(Records for this task)
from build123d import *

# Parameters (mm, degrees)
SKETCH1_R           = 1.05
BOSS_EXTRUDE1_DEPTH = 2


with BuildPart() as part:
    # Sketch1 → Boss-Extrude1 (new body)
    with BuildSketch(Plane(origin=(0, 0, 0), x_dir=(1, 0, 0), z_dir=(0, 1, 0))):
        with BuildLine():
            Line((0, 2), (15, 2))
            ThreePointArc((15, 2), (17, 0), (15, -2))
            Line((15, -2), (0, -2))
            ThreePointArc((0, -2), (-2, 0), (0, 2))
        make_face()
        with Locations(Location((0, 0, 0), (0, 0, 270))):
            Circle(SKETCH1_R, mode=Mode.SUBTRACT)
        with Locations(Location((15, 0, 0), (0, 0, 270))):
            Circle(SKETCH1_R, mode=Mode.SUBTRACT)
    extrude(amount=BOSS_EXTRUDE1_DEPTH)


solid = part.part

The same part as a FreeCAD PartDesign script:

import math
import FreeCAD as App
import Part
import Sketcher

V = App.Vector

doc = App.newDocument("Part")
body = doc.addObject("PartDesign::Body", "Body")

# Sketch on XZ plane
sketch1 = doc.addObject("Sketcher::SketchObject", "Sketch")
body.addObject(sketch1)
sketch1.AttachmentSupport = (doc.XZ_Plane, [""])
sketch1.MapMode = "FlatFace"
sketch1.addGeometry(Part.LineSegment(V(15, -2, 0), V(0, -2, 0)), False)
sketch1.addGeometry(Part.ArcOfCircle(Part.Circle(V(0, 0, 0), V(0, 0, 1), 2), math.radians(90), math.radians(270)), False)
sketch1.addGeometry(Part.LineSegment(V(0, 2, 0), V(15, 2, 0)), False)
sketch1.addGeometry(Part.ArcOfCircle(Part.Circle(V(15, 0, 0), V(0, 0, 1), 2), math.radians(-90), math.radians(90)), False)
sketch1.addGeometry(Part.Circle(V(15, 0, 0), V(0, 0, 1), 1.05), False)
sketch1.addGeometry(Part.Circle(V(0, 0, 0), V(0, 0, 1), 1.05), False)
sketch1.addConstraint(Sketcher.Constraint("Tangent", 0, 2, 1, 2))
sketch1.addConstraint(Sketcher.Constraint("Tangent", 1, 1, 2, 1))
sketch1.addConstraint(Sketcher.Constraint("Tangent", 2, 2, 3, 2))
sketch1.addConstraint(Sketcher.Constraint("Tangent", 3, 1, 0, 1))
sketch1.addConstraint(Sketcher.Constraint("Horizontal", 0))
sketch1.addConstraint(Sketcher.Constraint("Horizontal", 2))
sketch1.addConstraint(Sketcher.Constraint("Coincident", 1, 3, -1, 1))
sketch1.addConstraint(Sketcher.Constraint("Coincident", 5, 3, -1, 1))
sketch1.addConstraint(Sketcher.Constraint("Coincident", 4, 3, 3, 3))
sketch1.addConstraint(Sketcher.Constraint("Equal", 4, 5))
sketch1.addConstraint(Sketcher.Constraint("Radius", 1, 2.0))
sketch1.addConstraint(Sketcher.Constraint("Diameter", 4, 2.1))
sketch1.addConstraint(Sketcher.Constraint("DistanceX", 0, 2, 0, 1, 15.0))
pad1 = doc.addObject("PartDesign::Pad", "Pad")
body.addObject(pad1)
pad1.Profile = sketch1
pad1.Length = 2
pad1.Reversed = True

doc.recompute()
(End Records for this task)
(Records for this task)
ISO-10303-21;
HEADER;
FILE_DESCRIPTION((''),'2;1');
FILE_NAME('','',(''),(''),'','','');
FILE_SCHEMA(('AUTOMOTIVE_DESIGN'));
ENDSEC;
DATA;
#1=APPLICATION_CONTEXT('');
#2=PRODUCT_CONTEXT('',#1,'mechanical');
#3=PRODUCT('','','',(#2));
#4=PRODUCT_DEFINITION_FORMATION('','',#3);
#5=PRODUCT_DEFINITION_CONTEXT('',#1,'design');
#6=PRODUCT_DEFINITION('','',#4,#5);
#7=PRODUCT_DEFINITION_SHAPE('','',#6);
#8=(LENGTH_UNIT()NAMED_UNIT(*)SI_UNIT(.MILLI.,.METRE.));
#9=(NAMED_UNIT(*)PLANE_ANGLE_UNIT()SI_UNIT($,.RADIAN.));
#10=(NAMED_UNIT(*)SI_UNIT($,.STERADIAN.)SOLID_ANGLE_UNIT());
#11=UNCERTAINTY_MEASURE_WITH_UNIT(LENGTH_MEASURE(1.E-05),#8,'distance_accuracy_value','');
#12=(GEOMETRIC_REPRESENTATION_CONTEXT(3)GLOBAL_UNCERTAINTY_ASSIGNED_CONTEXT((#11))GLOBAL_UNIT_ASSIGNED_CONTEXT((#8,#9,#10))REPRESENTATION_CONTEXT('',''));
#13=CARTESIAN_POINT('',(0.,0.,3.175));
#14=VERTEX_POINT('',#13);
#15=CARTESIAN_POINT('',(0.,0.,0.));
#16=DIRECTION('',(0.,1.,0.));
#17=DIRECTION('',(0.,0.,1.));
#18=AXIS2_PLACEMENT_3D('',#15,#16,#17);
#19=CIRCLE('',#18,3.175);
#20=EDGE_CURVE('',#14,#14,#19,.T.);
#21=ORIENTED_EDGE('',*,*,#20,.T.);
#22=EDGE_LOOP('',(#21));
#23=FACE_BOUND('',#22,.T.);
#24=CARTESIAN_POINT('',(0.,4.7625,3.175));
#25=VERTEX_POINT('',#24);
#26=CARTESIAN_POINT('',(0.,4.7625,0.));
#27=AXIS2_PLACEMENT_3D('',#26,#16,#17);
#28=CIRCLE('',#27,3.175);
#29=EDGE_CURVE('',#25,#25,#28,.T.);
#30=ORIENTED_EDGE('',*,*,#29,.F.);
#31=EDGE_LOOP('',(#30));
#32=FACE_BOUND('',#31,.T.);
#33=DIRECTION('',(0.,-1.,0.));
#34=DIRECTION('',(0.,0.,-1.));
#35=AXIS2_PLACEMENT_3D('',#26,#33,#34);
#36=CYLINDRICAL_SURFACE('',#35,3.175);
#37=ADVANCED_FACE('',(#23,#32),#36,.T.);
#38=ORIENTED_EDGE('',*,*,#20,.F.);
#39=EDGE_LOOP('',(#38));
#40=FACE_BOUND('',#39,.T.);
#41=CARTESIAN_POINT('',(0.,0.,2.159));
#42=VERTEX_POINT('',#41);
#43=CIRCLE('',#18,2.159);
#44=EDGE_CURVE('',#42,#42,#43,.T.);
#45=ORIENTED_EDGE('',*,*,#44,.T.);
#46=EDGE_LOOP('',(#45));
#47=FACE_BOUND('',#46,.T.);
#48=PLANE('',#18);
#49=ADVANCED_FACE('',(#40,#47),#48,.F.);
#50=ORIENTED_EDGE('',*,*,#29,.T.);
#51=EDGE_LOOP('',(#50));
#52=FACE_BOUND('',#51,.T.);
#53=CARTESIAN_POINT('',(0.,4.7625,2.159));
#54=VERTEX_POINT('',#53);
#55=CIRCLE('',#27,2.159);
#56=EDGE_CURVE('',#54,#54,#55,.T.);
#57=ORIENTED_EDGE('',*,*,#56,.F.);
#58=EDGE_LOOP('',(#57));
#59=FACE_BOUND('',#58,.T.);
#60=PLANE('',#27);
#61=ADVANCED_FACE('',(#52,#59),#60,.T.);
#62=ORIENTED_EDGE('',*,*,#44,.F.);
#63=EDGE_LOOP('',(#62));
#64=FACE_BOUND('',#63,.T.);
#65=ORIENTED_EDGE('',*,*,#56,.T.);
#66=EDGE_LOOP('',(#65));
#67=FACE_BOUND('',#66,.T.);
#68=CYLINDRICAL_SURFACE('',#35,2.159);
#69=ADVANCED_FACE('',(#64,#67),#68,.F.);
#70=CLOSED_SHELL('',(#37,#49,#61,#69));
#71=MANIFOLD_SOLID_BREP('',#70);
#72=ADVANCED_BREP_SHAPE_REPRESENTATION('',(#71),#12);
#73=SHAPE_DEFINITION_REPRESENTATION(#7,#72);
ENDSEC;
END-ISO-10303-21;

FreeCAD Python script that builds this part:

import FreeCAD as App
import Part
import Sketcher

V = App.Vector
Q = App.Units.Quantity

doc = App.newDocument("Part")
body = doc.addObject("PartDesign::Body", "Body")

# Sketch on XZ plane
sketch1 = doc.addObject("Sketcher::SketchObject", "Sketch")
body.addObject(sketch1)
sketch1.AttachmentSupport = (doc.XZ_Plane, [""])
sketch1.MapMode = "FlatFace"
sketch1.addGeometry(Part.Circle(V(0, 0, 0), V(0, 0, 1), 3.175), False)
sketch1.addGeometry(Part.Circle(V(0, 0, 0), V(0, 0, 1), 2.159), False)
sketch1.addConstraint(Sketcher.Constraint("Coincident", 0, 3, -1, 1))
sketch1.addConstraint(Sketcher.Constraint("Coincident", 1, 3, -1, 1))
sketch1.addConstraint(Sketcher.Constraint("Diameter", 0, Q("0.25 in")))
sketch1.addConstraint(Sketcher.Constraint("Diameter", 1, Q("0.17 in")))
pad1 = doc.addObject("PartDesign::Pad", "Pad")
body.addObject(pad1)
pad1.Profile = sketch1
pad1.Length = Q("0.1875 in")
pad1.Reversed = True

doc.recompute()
(End Records for this task)
(Records for this task)
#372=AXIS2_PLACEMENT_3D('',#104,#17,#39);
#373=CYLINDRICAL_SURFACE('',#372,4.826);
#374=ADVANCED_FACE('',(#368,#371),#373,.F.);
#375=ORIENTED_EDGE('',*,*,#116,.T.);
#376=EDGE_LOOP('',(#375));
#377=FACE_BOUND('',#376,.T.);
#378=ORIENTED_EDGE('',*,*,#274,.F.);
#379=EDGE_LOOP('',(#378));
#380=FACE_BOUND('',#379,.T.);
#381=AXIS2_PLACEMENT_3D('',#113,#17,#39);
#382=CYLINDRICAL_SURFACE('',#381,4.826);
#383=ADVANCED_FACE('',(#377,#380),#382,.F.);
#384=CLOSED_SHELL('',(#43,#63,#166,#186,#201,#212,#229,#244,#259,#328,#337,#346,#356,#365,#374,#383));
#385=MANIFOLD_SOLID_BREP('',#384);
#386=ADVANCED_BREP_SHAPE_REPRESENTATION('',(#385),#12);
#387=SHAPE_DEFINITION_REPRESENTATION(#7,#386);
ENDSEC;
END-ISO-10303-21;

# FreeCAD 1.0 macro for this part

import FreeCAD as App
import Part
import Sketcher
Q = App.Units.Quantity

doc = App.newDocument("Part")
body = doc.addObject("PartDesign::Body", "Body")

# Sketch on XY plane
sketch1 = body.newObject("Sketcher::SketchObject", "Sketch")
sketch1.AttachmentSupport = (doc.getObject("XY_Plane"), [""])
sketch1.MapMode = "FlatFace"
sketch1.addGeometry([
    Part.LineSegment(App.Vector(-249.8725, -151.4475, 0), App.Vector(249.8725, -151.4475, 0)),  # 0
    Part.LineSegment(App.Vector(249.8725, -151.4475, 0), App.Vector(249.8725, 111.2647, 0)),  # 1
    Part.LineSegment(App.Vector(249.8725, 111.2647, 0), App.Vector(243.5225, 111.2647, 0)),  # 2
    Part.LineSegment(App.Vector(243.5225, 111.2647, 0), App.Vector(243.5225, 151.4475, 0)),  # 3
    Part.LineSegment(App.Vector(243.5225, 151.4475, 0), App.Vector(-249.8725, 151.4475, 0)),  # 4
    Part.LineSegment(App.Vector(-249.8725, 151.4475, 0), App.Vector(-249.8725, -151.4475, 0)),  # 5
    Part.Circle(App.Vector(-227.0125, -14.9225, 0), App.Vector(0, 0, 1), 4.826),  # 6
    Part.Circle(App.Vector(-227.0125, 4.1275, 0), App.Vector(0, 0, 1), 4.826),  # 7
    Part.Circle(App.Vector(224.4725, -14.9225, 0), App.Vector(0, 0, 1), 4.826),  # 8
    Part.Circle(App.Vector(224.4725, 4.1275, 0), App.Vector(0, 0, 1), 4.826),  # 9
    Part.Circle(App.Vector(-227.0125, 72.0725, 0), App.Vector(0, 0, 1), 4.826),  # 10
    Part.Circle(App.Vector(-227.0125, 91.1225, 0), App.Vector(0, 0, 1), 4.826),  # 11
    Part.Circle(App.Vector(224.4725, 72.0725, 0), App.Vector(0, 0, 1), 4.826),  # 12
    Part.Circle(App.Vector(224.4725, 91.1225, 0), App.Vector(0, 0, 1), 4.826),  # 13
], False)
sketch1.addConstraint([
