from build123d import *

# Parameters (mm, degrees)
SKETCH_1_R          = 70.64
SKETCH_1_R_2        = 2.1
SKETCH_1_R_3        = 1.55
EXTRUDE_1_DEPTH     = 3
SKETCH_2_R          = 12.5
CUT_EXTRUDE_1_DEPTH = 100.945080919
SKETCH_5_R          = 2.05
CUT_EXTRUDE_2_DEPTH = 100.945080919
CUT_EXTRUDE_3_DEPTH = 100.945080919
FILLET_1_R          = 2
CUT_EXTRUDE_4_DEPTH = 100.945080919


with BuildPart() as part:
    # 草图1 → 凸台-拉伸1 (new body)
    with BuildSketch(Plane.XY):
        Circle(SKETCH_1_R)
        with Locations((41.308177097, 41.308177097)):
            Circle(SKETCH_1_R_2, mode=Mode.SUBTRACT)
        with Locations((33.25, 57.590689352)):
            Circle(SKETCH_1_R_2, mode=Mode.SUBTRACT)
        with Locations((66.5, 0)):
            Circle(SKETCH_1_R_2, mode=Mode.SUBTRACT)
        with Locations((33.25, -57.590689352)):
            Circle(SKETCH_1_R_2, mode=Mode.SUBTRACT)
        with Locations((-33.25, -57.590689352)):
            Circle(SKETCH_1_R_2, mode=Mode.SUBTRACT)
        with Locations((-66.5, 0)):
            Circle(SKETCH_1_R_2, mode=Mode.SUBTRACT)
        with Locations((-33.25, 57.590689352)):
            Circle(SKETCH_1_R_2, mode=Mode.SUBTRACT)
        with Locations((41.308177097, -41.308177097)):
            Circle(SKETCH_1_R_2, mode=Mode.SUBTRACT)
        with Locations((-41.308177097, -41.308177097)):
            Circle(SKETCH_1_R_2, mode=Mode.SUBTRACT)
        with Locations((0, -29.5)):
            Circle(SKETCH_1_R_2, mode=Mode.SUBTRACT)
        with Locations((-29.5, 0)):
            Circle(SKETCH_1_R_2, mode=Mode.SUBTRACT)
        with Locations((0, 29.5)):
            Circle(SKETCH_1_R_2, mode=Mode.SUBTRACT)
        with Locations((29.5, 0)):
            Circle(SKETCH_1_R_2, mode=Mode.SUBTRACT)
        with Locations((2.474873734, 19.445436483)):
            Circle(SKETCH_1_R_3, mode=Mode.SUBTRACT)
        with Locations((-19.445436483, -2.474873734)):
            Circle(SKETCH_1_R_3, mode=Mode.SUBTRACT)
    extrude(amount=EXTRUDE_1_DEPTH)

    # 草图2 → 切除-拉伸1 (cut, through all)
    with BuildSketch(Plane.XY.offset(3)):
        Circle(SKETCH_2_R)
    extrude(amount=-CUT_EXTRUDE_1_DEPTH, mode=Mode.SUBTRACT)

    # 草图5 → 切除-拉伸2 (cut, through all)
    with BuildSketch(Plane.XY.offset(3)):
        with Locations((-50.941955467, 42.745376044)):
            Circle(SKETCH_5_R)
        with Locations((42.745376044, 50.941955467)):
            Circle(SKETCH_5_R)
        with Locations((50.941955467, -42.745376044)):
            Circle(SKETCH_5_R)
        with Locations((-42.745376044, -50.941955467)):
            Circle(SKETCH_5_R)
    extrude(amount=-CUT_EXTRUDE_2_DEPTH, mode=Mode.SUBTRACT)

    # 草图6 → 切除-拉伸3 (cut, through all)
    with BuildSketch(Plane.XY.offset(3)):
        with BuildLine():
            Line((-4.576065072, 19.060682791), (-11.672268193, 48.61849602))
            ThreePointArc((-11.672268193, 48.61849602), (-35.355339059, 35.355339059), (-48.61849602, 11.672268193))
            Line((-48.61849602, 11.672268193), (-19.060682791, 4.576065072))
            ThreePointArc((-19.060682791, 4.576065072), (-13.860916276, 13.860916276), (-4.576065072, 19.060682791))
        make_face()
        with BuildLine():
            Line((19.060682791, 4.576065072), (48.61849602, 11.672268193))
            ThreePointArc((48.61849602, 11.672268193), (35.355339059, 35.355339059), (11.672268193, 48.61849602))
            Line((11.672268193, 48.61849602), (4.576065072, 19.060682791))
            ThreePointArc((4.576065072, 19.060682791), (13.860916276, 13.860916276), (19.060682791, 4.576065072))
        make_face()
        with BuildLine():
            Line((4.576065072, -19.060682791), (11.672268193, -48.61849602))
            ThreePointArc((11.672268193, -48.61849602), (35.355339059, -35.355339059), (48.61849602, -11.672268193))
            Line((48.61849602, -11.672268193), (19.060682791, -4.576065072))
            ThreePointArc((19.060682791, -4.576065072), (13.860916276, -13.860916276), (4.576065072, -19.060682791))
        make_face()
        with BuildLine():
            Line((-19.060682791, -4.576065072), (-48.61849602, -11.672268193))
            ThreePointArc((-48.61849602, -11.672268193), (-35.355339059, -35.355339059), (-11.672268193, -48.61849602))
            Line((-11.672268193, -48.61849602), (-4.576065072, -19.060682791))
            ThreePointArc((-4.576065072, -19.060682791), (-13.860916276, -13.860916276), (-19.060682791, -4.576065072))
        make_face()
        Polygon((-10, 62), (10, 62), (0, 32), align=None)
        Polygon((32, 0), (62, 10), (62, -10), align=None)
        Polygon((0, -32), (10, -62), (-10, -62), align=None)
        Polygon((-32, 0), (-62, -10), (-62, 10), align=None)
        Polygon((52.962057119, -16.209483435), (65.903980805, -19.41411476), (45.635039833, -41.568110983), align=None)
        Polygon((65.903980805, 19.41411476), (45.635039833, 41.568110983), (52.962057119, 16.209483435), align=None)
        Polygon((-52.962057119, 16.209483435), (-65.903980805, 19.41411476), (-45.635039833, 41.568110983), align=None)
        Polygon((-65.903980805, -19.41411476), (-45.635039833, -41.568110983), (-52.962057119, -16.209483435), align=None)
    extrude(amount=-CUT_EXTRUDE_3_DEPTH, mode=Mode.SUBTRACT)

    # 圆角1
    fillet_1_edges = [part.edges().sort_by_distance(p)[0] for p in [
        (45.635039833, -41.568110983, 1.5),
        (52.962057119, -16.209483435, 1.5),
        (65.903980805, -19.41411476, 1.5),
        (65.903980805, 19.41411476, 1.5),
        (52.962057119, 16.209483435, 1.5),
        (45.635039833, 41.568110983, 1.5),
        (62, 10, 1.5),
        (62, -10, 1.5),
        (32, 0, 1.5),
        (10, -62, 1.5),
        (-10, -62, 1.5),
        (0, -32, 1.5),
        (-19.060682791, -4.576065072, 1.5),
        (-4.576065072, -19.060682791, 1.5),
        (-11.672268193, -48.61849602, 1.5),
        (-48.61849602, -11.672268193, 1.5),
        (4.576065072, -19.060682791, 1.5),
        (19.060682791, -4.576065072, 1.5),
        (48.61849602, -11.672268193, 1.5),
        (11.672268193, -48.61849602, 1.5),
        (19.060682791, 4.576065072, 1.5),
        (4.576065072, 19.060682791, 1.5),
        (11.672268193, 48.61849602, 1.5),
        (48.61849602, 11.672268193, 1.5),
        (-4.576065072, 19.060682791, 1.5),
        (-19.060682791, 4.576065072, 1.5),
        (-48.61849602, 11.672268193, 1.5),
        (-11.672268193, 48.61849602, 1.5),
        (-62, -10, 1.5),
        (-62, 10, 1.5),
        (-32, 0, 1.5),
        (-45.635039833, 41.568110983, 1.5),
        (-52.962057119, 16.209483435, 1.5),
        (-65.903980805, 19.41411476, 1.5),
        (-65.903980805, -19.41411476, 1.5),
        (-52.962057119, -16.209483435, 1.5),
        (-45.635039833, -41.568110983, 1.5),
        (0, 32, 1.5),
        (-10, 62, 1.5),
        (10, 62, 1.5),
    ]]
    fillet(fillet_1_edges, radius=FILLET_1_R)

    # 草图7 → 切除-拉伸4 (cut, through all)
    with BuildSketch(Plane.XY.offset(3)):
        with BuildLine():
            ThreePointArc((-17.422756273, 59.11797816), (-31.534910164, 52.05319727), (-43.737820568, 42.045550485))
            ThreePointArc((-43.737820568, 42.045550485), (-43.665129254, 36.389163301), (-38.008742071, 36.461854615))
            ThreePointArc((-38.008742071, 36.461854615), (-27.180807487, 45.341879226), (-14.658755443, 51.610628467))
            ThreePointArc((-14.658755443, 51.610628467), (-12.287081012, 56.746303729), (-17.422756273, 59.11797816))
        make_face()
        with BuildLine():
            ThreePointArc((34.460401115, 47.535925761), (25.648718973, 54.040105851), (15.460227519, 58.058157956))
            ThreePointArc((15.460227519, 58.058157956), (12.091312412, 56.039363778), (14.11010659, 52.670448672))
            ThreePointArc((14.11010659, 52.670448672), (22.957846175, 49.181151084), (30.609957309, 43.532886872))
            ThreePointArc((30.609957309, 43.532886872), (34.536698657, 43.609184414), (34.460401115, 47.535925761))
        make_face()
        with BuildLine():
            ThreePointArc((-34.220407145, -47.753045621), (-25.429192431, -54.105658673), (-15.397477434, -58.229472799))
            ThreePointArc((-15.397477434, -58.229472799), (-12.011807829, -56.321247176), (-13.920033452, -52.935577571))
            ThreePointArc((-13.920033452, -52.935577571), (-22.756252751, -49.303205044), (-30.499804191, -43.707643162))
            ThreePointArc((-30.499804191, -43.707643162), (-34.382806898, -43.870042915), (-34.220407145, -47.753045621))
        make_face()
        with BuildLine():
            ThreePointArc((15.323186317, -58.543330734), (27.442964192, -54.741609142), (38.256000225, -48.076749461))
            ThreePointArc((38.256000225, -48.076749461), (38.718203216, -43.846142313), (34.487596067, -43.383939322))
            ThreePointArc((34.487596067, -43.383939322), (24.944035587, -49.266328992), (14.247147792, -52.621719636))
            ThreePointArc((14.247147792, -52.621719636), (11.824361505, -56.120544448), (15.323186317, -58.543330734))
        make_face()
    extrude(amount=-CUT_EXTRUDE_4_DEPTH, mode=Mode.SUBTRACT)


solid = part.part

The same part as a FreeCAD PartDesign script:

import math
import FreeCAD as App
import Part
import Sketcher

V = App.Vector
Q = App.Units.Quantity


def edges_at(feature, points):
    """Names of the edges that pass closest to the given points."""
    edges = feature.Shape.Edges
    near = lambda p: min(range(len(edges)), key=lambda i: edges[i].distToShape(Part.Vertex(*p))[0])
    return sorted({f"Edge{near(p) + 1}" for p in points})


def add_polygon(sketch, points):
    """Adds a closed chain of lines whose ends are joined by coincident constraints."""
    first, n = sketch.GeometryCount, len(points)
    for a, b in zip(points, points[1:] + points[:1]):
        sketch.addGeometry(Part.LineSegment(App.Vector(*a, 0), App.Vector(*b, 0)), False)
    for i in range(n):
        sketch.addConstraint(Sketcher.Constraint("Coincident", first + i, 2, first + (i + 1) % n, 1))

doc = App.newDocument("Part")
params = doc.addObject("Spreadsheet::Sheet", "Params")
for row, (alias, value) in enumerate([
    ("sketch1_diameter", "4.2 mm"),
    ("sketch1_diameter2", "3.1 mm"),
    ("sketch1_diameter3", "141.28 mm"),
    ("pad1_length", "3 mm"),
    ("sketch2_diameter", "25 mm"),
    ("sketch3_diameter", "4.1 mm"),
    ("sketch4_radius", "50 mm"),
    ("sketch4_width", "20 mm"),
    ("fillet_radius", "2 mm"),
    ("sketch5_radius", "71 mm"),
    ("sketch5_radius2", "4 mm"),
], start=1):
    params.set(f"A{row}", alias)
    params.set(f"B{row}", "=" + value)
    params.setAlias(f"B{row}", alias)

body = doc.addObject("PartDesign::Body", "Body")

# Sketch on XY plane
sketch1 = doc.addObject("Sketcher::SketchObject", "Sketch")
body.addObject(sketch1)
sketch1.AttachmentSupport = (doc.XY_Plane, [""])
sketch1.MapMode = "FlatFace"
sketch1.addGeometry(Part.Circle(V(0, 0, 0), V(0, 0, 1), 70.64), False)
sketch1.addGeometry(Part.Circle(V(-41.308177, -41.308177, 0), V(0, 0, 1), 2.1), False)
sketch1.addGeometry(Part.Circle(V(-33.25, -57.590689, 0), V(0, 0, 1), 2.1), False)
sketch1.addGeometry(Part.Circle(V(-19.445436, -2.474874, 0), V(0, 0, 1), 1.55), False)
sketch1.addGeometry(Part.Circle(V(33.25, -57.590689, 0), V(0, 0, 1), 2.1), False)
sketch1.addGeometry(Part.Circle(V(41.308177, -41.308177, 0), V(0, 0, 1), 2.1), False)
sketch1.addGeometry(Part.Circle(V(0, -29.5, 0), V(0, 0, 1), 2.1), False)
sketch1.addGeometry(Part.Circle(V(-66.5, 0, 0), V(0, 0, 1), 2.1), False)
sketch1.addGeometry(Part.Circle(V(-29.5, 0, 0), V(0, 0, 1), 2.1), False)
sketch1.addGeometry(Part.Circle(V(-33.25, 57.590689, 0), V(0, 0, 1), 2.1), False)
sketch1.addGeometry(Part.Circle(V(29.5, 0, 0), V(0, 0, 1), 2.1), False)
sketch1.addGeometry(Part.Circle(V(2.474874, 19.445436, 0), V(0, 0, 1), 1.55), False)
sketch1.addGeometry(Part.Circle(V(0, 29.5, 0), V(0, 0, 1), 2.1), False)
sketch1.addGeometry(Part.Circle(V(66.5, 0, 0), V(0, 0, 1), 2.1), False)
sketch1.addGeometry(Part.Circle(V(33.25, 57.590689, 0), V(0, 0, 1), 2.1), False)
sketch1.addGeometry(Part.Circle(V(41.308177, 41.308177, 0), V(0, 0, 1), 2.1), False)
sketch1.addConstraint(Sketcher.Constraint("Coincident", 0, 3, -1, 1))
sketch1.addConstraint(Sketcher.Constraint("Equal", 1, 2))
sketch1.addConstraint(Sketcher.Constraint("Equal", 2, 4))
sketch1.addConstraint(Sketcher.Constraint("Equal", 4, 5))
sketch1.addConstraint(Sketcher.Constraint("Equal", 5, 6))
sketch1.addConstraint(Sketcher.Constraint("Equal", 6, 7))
(End Records for this task)
Required work: Reproduce the lines above, beginning at the line with "#23=FACE_BOUND('',#22,.T.);" and stopping after the line with "#34=DIRECTION('',(0.,0.,-1.));", exactly as they are.

Response below:
#23=FACE_BOUND('',#22,.T.);
#24=CARTESIAN_POINT('',(0.,4.7625,3.175));
#25=VERTEX_POINT('',#24);
#26=CARTESIAN_POINT('',(0.,4.7625,0.));
#27=AXIS2_PLACEMENT_3D('',#26,#16,#17);
#28=CIRCLE('',#27,3.175);
#29=EDGE_CURVE('',#25,#25,#28,.T.);
#30=ORIENTED_EDGE('',*,*,#29,.F.);
#31=EDGE_LOOP('',(#30));
#32=FACE_BOUND('',#31,.T.);
#33=DIRECTION('',(0.,-1.,0.));
#34=DIRECTION('',(0.,0.,-1.));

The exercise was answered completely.